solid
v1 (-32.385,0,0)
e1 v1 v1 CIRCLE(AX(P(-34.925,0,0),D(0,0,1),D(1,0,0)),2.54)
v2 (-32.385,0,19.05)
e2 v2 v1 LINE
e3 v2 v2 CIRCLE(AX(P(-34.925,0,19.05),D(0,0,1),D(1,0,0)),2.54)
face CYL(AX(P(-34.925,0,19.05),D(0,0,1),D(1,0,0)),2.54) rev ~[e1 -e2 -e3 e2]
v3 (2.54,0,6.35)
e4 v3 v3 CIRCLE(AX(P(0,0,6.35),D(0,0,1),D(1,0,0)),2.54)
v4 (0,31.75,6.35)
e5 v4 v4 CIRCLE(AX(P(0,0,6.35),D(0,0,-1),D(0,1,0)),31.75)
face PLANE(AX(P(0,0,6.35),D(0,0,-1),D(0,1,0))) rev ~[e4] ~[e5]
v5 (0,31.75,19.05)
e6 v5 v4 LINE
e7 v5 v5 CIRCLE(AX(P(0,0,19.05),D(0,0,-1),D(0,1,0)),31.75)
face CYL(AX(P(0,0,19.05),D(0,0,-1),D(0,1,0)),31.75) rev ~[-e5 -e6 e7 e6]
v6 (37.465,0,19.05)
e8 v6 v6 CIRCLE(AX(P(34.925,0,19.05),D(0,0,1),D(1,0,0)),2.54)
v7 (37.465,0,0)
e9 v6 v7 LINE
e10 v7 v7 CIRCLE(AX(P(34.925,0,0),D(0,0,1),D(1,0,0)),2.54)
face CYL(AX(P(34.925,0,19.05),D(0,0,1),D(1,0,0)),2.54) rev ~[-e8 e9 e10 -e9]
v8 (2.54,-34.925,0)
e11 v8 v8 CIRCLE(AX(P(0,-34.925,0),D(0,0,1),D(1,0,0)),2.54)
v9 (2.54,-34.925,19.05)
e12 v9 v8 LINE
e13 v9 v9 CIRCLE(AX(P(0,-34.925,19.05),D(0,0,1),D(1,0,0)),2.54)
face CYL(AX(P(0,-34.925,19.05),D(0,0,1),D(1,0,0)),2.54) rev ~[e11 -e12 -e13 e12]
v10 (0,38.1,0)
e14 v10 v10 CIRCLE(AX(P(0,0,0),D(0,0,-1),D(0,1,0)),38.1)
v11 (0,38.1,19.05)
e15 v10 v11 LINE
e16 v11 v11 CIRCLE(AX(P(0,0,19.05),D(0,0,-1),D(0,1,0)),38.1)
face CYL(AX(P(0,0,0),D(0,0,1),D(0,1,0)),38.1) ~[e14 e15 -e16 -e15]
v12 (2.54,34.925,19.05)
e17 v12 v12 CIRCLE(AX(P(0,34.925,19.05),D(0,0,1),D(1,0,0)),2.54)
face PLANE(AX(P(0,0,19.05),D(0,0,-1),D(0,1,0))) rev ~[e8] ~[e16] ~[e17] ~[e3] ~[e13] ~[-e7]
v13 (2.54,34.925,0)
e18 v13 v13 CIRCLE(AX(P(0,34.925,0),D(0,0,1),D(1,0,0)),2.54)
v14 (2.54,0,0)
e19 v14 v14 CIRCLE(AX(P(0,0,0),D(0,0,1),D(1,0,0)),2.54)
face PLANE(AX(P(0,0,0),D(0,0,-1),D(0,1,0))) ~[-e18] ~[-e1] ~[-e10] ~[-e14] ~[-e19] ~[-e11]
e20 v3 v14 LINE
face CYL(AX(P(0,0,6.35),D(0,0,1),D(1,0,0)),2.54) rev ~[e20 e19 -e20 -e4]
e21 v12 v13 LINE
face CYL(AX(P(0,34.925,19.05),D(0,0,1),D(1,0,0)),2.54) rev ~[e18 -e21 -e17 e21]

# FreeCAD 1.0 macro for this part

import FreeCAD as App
import Part
import Sketcher
from FreeCAD import Vector
Q = App.Units.Quantity

doc = App.newDocument("Part")
params = doc.addObject("Spreadsheet::Sheet", "Params")
for row, (alias, value) in enumerate([
    ("sketch1_width", "1.5 in"),
    ("sketch1_height", "0.5 in"),
    ("sketch1_width2", "0.25 in"),
    ("revolution_angle", "360 deg"),
    ("sketch2_diameter", "0.2 in"),
    ("pocket1_length", "1 in"),
    ("sketch3_diameter", "0.2 in"),
    ("pocket2_length", "1 in"),
], start=1):
    params.set(f"A{row}", alias)
    params.set(f"B{row}", "=" + value)
    params.setAlias(f"B{row}", alias)

body = doc.addObject("PartDesign::Body", "Body")

sketch1 = body.newObject("Sketcher::SketchObject", "Sketch")
sketch1.AttachmentSupport = (doc.getObject("YZ_Plane"), [""])
sketch1.MapMode = "FlatFace"
sketch1.addGeometry([
    Part.LineSegment(Vector(0, 6, 0), Vector(0, 0, 0)),
    Part.LineSegment(Vector(0, 0, 0), Vector(38, 0, 0)),
    Part.LineSegment(Vector(38, 0, 0), Vector(38, 19, 0)),
    Part.LineSegment(Vector(38, 19, 0), Vector(32, 19, 0)),
    Part.LineSegment(Vector(32, 19, 0), Vector(32, 6, 0)),
    Part.LineSegment(Vector(32, 6, 0), Vector(0, 6, 0)),
], False)
sketch1.addConstraint([
    Sketcher.Constraint("Coincident", 0, 2, 1, 1),
    Sketcher.Constraint("Coincident", 1, 2, 2, 1),
    Sketcher.Constraint("Coincident", 2, 2, 3, 1),
    Sketcher.Constraint("Coincident", 3, 2, 4, 1),
    Sketcher.Constraint("Coincident", 4, 2, 5, 1),
    Sketcher.Constraint("Coincident", 5, 2, 0, 1),
    Sketcher.Constraint("Vertical", 0),
    Sketcher.Constraint("Horizontal", 1),
    Sketcher.Constraint("Vertical", 2),
    Sketcher.Constraint("Horizontal", 3),
    Sketcher.Constraint("Vertical", 4),
    Sketcher.Constraint("Horizontal", 5),
    Sketcher.Constraint("Coincident", 0, 2, -1, 1),
    Sketcher.Constraint("Equal", 3, 0),
    Sketcher.Constraint("DistanceX", 1, 1, 1, 2, Q("1.5 in")),
    Sketcher.Constraint("DistanceY", 4, 2, 4, 1, Q("0.5 in")),
    Sketcher.Constraint("DistanceX", 3, 2, 3, 1, Q("0.25 in")),
])
sketch1.setExpression("Constraints[14]", "Params.sketch1_width")
sketch1.setExpression("Constraints[15]", "Params.sketch1_height")
sketch1.setExpression("Constraints[16]", "Params.sketch1_width2")
revolution = body.newObject("PartDesign::Revolution", "Revolution")
revolution.Profile = sketch1
revolution.ReferenceAxis = (sketch1, ["V_Axis"])
revolution.setExpression("Angle", "Params.revolution_angle")

sketch2 = body.newObject("Sketcher::SketchObject", "Sketch001")
sketch2.AttachmentSupport = (doc.getObject("XY_Plane"), [""])
sketch2.MapMode = "FlatFace"
sketch2.AttachmentOffset = App.Placement(Vector(0, 0, 0.25 * 25.4), App.Rotation())
sketch2.addGeometry(Part.Circle(Vector(0, 0, 0), Vector(0, 0, 1), 2.5), False)
sketch2.addConstraint([
    Sketcher.Constraint("Coincident", 0, 3, -1, 1),
    Sketcher.Constraint("Diameter", 0, Q("0.2 in")),
])
sketch2.setExpression("Constraints[1]", "Params.sketch2_diameter")
pocket1 = body.newObject("PartDesign::Pocket", "Pocket")
pocket1.Profile = sketch2
pocket1.setExpression("Length", "Params.pocket1_length")

sketch3 = body.newObject("Sketcher::SketchObject", "Sketch002")
sketch3.AttachmentSupport = (doc.getObject("XY_Plane"), [""])
sketch3.MapMode = "FlatFace"
sketch3.AttachmentOffset = App.Placement(Vector(0, 0, 0.75 * 25.4), App.Rotation())
sketch3.addGeometry([
    Part.Circle(Vector(0, 34.9, 0), Vector(0, 0, 1), 2.5),
    Part.Circle(Vector(34.9, 0, 0), Vector(0, 0, 1), 2.5),
    Part.Circle(Vector(-34.9, 0, 0), Vector(0, 0, 1), 2.5),
    Part.Circle(Vector(0, -34.9, 0), Vector(0, 0, 1), 2.5),
], False)
sketch3.addConstraint([
    Sketcher.Constraint("Equal", 0, 1),
    Sketcher.Constraint("Equal", 1, 2),
    Sketcher.Constraint("Equal", 2, 3),
    Sketcher.Constraint("Symmetric", 1, 3, 2, 3, -1, 1),
    Sketcher.Constraint("Symmetric", 0, 3, 3, 3, -1, 1),
    Sketcher.Constraint("PointOnObject", 0, 3, -2),
    Sketcher.Constraint("PointOnObject", 1, 3, -1),
    Sketcher.Constraint("Diameter", 0, Q("0.2 in")),
    Sketcher.Constraint("DistanceX", 2, 3, 1, 3, Q("2.75 in")),
    Sketcher.Constraint("DistanceY", 3, 3, 0, 3, Q("2.75 in")),
])
sketch3.setExpression("Constraints[7]", "Params.sketch3_diameter")
pocket2 = body.newObject("PartDesign::Pocket", "Pocket001")
pocket2.Profile = sketch3
pocket2.setExpression("Length", "Params.pocket2_length")

doc.recompute()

■ ■ ■ ■ ■ ■ ■

- _The problem_:
Here the job is to transcribe the lines from the first line of the data through the line containing "face CYL(AX(P(0,0,0),D(0,0,1),D(0,1,0)),38.1) ~[e14", inclusive, exactly and with nothing else.

- _Solution for this exercise_:
solid
v1 (-32.385,0,0)
e1 v1 v1 CIRCLE(AX(P(-34.925,0,0),D(0,0,1),D(1,0,0)),2.54)
v2 (-32.385,0,19.05)
e2 v2 v1 LINE
e3 v2 v2 CIRCLE(AX(P(-34.925,0,19.05),D(0,0,1),D(1,0,0)),2.54)
face CYL(AX(P(-34.925,0,19.05),D(0,0,1),D(1,0,0)),2.54) rev ~[e1 -e2 -e3 e2]
v3 (2.54,0,6.35)
e4 v3 v3 CIRCLE(AX(P(0,0,6.35),D(0,0,1),D(1,0,0)),2.54)
v4 (0,31.75,6.35)
e5 v4 v4 CIRCLE(AX(P(0,0,6.35),D(0,0,-1),D(0,1,0)),31.75)
face PLANE(AX(P(0,0,6.35),D(0,0,-1),D(0,1,0))) rev ~[e4] ~[e5]
v5 (0,31.75,19.05)
e6 v5 v4 LINE
e7 v5 v5 CIRCLE(AX(P(0,0,19.05),D(0,0,-1),D(0,1,0)),31.75)
face CYL(AX(P(0,0,19.05),D(0,0,-1),D(0,1,0)),31.75) rev ~[-e5 -e6 e7 e6]
v6 (37.465,0,19.05)
e8 v6 v6 CIRCLE(AX(P(34.925,0,19.05),D(0,0,1),D(1,0,0)),2.54)
v7 (37.465,0,0)
e9 v6 v7 LINE
e10 v7 v7 CIRCLE(AX(P(34.925,0,0),D(0,0,1),D(1,0,0)),2.54)
face CYL(AX(P(34.925,0,19.05),D(0,0,1),D(1,0,0)),2.54) rev ~[-e8 e9 e10 -e9]
v8 (2.54,-34.925,0)
e11 v8 v8 CIRCLE(AX(P(0,-34.925,0),D(0,0,1),D(1,0,0)),2.54)
v9 (2.54,-34.925,19.05)
e12 v9 v8 LINE
e13 v9 v9 CIRCLE(AX(P(0,-34.925,19.05),D(0,0,1),D(1,0,0)),2.54)
face CYL(AX(P(0,-34.925,19.05),D(0,0,1),D(1,0,0)),2.54) rev ~[e11 -e12 -e13 e12]
v10 (0,38.1,0)
e14 v10 v10 CIRCLE(AX(P(0,0,0),D(0,0,-1),D(0,1,0)),38.1)
v11 (0,38.1,19.05)
e15 v10 v11 LINE
e16 v11 v11 CIRCLE(AX(P(0,0,19.05),D(0,0,-1),D(0,1,0)),38.1)
face CYL(AX(P(0,0,0),D(0,0,1),D(0,1,0)),38.1) ~[e14 e15 -e16 -e15]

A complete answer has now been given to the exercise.